When we now try to introduce a variable schedule of reinforcement, our session above can be enacted as:

touch/click-handgoesintotreatbag-treat, touch/click-handgoesintotreatbag-treat, touch/click-pause-(oy stoopid human, I did it, which bit of touching didn't you understand?)-TOUCH/click-handgoesintotreatbag-treat, touch/click-handgoesintotreatbag-treat, touch/click-handgoesintotreatbag-treat, touch/click-pause-(oh yeah, I remember this, it's ok I do it again and still get the treat)-touch/click-handgoesintotreatbag-treat, touch/click-handgoesintotreatbag-treat, touch/click-handgoesintotreatbag-jackpot

The horse perceives this session as the same as normal, with the addition of extra treatless clicks which serve as reassuring information that a treat is still imminent.

methods

Fig. 3: Summary of Method Steps

With careful use of shaping this session can be stretched over time to:

touch/click-touch/click-touch/click-handgoesintotreatbag-treat, touch/click-handgoesintotreatbag-treat, touch/click-touch/click-touch/click-touch/click-handgoesintotreatbag-treat, touch/click-handgoesintotreatbag-treat

Maybe then to:

touch/click-touch-touch/click-handgoesintotreatbag-treat <and various random numbers of repetitions>

and then to:

touch-touch-touch-handgoesintotreatbag-treat <and various random numbers of repetitions>

and ultimately to:

touch-touch-touch as a one-off one day and then just rewarding it periodically.

But because the behaviour is so well-established, the horse doesn't feel that the reward is urgent.
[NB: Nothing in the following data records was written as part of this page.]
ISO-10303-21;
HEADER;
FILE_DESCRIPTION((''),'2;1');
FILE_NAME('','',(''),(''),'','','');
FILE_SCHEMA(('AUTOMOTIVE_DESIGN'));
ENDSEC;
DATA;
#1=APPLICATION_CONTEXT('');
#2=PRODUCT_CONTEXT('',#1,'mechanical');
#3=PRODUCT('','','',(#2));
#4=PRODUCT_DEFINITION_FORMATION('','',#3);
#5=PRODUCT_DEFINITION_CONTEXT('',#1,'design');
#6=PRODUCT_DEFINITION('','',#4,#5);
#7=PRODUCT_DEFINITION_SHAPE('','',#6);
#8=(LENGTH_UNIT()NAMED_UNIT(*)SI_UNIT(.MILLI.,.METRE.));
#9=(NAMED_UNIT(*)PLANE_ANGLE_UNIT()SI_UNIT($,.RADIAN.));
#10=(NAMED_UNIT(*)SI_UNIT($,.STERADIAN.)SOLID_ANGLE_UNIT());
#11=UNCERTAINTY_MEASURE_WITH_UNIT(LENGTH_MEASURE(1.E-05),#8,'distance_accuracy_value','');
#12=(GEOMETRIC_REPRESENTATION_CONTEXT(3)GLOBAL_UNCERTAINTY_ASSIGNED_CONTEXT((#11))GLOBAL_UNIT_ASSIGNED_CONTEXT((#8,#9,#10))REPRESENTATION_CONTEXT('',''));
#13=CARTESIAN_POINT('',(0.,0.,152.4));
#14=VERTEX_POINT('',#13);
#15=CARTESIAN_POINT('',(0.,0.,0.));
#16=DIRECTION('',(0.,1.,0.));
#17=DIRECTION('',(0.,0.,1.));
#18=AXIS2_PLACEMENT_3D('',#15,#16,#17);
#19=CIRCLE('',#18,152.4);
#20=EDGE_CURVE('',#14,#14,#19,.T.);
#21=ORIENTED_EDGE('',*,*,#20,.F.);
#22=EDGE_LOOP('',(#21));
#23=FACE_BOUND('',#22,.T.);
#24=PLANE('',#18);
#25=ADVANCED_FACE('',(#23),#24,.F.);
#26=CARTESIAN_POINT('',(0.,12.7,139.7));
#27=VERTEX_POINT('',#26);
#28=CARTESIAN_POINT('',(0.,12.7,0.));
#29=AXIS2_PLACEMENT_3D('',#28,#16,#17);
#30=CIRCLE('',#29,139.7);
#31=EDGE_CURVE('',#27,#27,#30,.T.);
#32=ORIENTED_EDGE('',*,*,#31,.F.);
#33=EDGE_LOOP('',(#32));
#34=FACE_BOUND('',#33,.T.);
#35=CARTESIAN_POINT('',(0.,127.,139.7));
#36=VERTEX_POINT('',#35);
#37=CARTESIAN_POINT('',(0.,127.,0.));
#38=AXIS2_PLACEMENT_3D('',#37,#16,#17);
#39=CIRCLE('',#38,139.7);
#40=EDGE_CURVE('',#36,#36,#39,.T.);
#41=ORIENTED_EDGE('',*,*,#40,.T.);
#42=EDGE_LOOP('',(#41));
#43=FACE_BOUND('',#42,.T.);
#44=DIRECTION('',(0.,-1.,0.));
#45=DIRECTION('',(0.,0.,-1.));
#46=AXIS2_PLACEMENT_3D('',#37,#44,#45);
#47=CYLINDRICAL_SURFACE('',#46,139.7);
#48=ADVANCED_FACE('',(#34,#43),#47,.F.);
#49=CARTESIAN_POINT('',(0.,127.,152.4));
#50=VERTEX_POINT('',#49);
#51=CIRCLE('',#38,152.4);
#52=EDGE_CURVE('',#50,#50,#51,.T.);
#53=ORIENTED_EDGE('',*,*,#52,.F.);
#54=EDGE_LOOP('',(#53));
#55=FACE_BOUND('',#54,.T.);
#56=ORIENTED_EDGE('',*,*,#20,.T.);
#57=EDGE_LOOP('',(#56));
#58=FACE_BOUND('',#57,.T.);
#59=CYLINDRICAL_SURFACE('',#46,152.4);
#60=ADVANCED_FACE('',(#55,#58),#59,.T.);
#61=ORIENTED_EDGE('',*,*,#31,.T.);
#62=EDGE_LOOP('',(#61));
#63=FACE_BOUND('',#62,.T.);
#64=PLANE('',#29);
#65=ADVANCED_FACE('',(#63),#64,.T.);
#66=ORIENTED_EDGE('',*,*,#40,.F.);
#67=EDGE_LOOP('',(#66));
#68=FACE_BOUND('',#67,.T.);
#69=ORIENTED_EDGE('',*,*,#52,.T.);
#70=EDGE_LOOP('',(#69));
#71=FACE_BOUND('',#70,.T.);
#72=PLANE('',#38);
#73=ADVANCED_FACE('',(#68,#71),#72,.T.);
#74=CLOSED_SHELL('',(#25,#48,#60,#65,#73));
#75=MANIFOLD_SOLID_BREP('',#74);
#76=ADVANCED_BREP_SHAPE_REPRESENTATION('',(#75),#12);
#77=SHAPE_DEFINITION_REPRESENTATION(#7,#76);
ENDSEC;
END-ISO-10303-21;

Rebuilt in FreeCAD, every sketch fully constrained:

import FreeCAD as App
import Part
import Sketcher

V = App.Vector
Q = App.Units.Quantity

doc = App.newDocument("Part")
body = doc.addObject("PartDesign::Body", "Body")

# Sketch on XZ plane
sketch1 = body.newObject("Sketcher::SketchObject", "Sketch")
sketch1.AttachmentSupport = (doc.getObject("XZ_Plane"), [""])
sketch1.MapMode = "FlatFace"
sketch1.addGeometry([
    Part.Circle(V(0, 0, 0), V(0, 0, 1), 152),
    Part.Circle(V(0, 0, 0), V(0, 0, 1), 140),
], False)
sketch1.addConstraint([
    Sketcher.Constraint("Coincident", 0, 3, -1, 1),
    Sketcher.Constraint("Coincident", 1, 3, -1, 1),
    Sketcher.Constraint("Diameter", 0, Q("12 in")),
    Sketcher.Constraint("Diameter", 1, Q("11 in")),
])
pad1 = body.newObject("PartDesign::Pad", "Pad")
pad1.Profile = sketch1
pad1.Length = Q("5 in")
pad1.Reversed = True

# Sketch on XZ plane
sketch2 = body.newObject("Sketcher::SketchObject", "Sketch001")
sketch2.AttachmentSupport = (doc.getObject("XZ_Plane"), [""])
sketch2.MapMode = "FlatFace"
sketch2.addGeometry(Part.Circle(V(0, 0, 0), V(0, 0, 1), 140), False)
sketch2.addConstraint([
    Sketcher.Constraint("Coincident", 0, 3, -1, 1),
    Sketcher.Constraint("Diameter", 0, Q("11 in")),
])
pad2 = body.newObject("PartDesign::Pad", "Pad001")
pad2.Profile = sketch2
pad2.Length = Q("0.5 in")
pad2.Reversed = True

doc.recompute()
Similarly when we teach a foal to lift his/her legs, we would reward every little step along the way. Over time we shape the behaviour and reward in fewer stages, until ultimately a farrier might be able to trim the horse in our absence and give no reward at all. We might still incorporate treats sometimes to maintain positive associations but they aren't really needed.

These examples show how you might place the repetition of a behaviour onto a variable schedule of reinforcement and eventually fade the clicks and treats altogether. Equally it might be the duration of a behaviour that you want to extend instead, gradually using clicks to mark "yes that's great carry on, treat is coming soon", before the hand goes into the treat bag and indicates that the behaviour can end now.

The process of using "treatless clicks" is often confused with being a different method from OCOT and as such is sometimes regarded as controversial. But whichever method you think you are using, the horse will still recognise that the terminal bridge is the hand moving towards the treats. As a result the click becomes a "keep going signal" (KGS) or intermediate bridge (IB), whether you like it or not. It is then up to you whether or not you make use of that additional information that the clicks afford you.

methods

Table 1: Summary of Pros and Cons of Different Approaches

Finally, these processes are not set in stone and different horses will have different tolerances for how much behaviour we can extract from them in return for a treat. It is not about manipulating the horse to give us more for nothing, and we certainly risk the horse feeling that way if we are not extremely cautious. Equally, we don't want to be rewarding the horse for very basic tasks for evermore. The art of training comes in here, with the trainer "feeling" the right sort of balance of behaviour vs. reward for the individual horse. This is not easy to put into practice and we will make mistakes. We need those mistakes to be small so that the positive associations with reward-based training can compensate. If in doubt, stop.